Second, one can still love another person without staying in an unhealthy situation. Let’s redefine love; it’s not an emotional or physical state but rather an action — and it starts from within. Loving yourself means choosing yourself. It doesn’t detract from the emotions you have for another person. And sometimes, loving someone means letting them go.

This mindset change can help you navigate marital separation amid mental illness. You’re not at fault for someone else’s struggles, and you haven’t rejected love and happiness. If anything, you’re embracing your capacity for both.

All that said, ending the relationship or asking for a divorce does carry some risk for a mental health crisis. Here’s what to do if you’re worried about this.

What to Do When a Breakup Triggers a Mental Health Crisis

If you suspect your soon-to-be ex may spiral after hearing you want to end the relationship, know what resources could help the situation. Remember, you’re not a bad person for seeking a divorce — mental illness or not — nor are you responsible for any actions they take after the conversation.

Depending on your unique situation, you may wish to share mental health resources with your soon-to-be ex. You could encourage them to seek counseling or psychiatric support. Be clear in your boundaries: their healing is separate from your relationship’s health, and getting better doesn’t mean you’ll get back together.

If you’re worried they may harm themselves or others, Texas law provides for involuntary commitment in a psychiatric facility.
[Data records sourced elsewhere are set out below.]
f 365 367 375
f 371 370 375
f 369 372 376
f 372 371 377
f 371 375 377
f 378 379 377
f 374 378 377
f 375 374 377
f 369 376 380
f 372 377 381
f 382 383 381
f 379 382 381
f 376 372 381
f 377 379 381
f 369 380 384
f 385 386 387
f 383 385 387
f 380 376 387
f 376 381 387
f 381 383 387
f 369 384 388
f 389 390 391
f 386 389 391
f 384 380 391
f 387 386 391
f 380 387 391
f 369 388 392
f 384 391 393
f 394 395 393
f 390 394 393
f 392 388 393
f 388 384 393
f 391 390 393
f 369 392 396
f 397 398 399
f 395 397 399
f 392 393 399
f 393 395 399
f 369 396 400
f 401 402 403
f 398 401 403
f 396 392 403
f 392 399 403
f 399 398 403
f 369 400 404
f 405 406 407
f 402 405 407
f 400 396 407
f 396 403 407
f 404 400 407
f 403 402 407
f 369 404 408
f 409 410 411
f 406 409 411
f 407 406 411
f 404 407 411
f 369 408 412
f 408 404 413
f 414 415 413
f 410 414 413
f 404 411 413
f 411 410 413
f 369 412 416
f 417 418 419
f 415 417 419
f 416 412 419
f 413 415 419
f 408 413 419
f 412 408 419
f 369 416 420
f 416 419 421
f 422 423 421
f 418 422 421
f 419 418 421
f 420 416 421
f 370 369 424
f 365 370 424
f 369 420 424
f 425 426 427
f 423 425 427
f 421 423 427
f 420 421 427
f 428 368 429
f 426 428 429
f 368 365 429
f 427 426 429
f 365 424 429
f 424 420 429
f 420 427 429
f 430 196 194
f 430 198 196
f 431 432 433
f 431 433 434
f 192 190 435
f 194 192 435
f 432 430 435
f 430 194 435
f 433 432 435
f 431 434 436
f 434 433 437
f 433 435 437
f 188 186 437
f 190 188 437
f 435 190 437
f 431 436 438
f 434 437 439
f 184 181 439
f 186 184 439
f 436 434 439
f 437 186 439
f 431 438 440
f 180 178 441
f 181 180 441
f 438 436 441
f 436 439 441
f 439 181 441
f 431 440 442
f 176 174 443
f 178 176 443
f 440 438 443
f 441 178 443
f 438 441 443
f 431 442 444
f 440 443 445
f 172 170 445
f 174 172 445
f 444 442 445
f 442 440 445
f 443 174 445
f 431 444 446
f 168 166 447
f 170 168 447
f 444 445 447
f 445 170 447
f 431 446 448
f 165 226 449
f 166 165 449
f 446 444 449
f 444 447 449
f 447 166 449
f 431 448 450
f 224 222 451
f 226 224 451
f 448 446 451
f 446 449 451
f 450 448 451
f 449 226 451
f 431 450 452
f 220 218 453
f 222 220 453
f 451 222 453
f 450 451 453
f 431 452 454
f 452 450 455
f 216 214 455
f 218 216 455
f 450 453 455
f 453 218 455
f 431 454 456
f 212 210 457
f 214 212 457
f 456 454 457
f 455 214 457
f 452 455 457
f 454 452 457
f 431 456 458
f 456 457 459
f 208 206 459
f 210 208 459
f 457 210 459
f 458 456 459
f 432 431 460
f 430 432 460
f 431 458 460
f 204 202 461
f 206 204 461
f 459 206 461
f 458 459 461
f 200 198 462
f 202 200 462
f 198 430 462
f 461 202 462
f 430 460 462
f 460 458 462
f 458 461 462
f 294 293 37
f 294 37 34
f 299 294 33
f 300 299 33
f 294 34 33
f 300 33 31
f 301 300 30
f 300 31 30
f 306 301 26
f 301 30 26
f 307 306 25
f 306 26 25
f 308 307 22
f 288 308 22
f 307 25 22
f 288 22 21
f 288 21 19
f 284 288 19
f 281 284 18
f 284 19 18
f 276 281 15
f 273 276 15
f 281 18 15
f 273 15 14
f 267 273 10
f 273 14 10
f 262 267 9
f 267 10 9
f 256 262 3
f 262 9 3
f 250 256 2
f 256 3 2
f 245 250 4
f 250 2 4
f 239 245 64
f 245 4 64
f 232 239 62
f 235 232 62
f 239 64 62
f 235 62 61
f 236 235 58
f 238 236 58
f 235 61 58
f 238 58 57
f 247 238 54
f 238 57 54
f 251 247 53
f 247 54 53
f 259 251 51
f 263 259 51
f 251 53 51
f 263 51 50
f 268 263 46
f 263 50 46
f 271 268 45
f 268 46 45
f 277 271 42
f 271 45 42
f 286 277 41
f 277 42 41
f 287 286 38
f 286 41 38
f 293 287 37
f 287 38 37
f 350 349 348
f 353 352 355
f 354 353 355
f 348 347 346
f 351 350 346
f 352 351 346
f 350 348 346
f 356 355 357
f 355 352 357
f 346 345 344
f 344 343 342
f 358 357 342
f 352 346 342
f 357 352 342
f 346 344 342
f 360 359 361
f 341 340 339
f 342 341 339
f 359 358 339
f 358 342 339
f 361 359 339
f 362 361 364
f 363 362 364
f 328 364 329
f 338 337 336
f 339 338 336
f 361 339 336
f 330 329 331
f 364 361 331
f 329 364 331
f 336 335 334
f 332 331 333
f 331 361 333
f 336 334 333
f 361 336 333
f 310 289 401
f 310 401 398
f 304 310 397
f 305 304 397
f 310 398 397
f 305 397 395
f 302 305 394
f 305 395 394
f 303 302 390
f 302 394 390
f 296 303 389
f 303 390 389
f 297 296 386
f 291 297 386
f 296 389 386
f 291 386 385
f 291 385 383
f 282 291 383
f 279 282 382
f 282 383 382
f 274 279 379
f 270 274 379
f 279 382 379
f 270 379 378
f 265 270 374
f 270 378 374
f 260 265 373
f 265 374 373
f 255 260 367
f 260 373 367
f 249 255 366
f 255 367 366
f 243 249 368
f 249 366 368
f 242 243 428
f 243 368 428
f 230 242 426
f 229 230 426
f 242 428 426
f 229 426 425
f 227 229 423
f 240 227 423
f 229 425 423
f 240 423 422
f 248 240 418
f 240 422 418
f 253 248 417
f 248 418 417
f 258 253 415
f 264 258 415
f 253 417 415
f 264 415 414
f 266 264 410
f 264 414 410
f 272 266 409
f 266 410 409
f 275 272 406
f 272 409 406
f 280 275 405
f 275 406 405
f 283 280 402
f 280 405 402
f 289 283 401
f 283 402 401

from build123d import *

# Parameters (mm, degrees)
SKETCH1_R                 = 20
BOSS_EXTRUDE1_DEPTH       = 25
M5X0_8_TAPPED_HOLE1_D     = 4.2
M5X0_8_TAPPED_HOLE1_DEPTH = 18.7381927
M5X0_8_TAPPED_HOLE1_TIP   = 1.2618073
This is only for severe situations in which you reasonably believe their mental illness creates “a substantial and imminent risk of serious harm to [themself] or others if [they] are not immediately detained.” This may be done through your local county clerk’s office. In emergency situations, always call 911 for immediate help.

These situations can be stressful and frightening, so it’s vital to practice self-care. Lean into your support network. Don’t be afraid to tap into mental health resources for yourself as well. And most of all: know that choosing to leave is never a matter of taking the blame or destroying love or happiness. All you can do is take care of yourself and, if appropriate, connect your ex with the appropriate mental health resources.